And I guess that's what I like about it. It's easy. Just sitting
there, rocking back and forth, wanting that money.
- Instead of a trap door, what about a trap window? The guy
looks out it, and if he leans too far, he falls out. Wait. I
guess that's like a regular window.
- If I ever get real rich, I hope I'm not real mean to poor
people, like I am now.
- When I found the skull in the woods, the first thing I did was
call the police. But then I got curious about it. I picked it
up, and started wondering who this person was, and why he had
deer horns.
- I remember how my great-uncle Jerry would sit on the porch and
whittle all day long. Once he whittled me a toy boat out of a
larger toy boat I had. It was almost as good as the first one,
except now it had bumpy whittle marks all over it. And no paint,
because he had whittled off the paint.
- If you're a cowboy and you're dragging a guy behind your
horse, I bet it would really make you mad if you looked back and
he guy was reading a magazine.
- If your friend is already dead, and being eaten by vultures, I
think it's okay to feed some bits of your friend to one of the
vultures, to teach him to do some tricks. But only if you're
serious about adopting the vulture.
- Broken promises don't upset me. I just think, why did they
believe me?
- If you ever crawl inside an old hollow log and go to sleep,
and while you're in there some guys come and seal up both ends
and then put it on a truck and take it to another city, boy, I
don't know what to tell you.
- One thing vampire children have to be taught early on is,
don't run with a wooden stake.
- For mad scientists who keep brains in jars, here's a tip: why
not add a slice of lemon to each jar, for freshness?
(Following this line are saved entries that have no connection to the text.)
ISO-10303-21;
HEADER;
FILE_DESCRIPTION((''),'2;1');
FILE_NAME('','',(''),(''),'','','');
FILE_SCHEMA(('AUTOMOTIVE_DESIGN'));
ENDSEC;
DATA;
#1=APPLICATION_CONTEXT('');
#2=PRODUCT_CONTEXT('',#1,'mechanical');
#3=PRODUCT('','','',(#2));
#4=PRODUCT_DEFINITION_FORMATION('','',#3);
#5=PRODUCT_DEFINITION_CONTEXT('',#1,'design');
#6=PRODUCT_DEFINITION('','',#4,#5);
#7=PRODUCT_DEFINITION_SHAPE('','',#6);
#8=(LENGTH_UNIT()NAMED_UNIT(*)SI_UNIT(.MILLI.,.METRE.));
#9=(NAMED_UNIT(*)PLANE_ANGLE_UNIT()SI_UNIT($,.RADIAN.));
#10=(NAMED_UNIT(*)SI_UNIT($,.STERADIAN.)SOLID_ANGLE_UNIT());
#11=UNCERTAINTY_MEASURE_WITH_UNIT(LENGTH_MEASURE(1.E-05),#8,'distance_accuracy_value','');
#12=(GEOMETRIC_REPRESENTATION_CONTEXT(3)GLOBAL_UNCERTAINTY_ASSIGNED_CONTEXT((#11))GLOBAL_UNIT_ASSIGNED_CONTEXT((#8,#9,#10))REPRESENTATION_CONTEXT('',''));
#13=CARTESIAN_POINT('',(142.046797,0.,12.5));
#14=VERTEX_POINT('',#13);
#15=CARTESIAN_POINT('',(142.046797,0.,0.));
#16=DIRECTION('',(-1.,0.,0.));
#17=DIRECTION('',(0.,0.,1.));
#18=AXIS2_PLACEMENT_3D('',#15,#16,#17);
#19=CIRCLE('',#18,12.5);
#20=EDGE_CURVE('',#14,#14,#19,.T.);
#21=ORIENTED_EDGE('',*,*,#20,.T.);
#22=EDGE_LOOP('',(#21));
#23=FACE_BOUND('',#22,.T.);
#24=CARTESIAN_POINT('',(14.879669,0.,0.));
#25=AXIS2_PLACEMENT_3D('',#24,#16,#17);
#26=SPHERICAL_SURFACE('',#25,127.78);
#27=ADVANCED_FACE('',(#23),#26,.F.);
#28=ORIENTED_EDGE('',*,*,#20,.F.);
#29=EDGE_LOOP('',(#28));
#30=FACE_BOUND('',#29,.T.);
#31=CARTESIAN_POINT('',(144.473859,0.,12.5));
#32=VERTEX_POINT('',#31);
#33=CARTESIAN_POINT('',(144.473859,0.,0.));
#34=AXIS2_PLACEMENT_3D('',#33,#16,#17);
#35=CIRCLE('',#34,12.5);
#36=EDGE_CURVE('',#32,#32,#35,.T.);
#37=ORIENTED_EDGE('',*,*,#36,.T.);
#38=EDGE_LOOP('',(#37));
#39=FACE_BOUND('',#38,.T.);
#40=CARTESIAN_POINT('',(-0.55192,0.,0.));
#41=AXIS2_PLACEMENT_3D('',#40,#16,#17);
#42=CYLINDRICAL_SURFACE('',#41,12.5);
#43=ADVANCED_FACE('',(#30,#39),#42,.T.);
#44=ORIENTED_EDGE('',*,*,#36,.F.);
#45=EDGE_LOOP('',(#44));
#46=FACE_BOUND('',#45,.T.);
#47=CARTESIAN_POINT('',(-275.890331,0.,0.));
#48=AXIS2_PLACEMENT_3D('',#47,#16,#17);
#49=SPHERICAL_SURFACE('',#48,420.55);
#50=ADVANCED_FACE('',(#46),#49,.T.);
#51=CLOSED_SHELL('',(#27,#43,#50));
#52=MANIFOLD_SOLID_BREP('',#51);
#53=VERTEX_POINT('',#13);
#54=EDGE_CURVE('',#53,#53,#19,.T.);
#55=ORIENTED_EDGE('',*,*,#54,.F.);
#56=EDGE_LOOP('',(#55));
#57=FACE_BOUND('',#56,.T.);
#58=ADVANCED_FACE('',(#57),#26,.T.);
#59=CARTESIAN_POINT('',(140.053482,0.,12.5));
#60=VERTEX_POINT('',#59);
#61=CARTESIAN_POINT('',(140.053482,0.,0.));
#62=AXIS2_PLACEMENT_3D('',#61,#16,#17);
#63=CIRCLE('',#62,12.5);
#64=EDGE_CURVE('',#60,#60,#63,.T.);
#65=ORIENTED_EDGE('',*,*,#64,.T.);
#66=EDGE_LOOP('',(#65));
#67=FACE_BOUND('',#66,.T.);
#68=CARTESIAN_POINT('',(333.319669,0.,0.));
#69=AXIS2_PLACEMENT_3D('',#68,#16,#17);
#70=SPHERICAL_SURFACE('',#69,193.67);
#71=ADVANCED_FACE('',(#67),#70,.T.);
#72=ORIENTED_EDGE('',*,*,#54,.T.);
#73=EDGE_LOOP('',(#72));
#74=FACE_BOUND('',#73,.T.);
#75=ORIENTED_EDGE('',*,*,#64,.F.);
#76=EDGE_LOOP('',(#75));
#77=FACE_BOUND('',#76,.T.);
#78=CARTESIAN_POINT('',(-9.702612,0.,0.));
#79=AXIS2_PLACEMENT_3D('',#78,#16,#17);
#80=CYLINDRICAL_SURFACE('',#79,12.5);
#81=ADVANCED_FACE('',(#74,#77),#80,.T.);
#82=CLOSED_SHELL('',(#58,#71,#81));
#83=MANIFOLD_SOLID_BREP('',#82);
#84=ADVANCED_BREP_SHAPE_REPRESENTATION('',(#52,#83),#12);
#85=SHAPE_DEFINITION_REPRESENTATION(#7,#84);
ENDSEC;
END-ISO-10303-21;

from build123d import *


with BuildPart() as part:
    # 草图1 one side → 旋转1 (revolve)
    with BuildSketch(Plane(origin=(0, 0, 0), x_dir=(1, 0, 0), z_dir=(0, 1, 0)), mode=Mode.PRIVATE) as revolve_1_sk:
        with BuildLine():
            ThreePointArc((140.053482329, 12.5), (139.750648638, 6.253260454), (139.649668974, 0))
            Line((139.649668974, 0), (142.659668974, 0))
            ThreePointArc((142.659668974, 0), (142.50635896, 6.257507737), (142.046796801, 12.5))
            Line((142.046796801, 12.5), (140.053482329, 12.5))
        make_face()
    revolve(revolve_1_sk.sketch.rotate(Axis((-9.702612178, 0, 0), (1, 0, 0)), 180), axis=Axis((-9.702612178, 0, 0), (1, 0, 0)))  # turned: the seam where the file's is


with BuildPart() as body_2:
    # 草图2 one side → 旋转3 (revolve)
    with BuildSketch(Plane(origin=(0, 0, 0), x_dir=(1, 0, 0), z_dir=(0, 1, 0)), mode=Mode.PRIVATE) as revolve_3_sk:
        with BuildLine():
            Line((144.47385929, 12.5), (142.046796801, 12.5))
            ThreePointArc((142.046796801, 12.5), (142.50635896, 6.257507737), (142.659668974, 0))
            Line((142.659668974, 0), (144.659668974, 0))
            ThreePointArc((144.659668974, 0), (144.613213987, 6.250690467), (144.47385929, 12.5))
        make_face()
    revolve(revolve_3_sk.sketch.rotate(Axis((-0.551919993, 0, 0), (1, 0, 0)), 180), axis=Axis((-0.551919993, 0, 0), (1, 0, 0)))  # turned: the seam where the file's is


solid = Compound([part.part, body_2.part])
- Somebody told me how frightening it was how much topsoil we
are losing each year, but I told that story around the campfire
and nobody got scared.
- I wish I had a dollar for every time I spent a dollar, because
then, Yahoo!, I'd have all my money back.
- If by some occurrence you find yourself falling of the CN
Tower, Just let yourself go limp. If some people see you falling
they may try to catch you thinking, "hey, free dummy!"
- Why is the dove the symbol for peace. Why not the pillow? It
has more feathers and it doesn't have that dangerous beak!
- If some guy asked me the meaning of Love, I'd pin his arm up
behind his back and say..."Now look who's asking the Questions!"
- The funny thing about a person driving off a cliff is that
they probably have their foot on the break. Hey, why not try the
emergency brake?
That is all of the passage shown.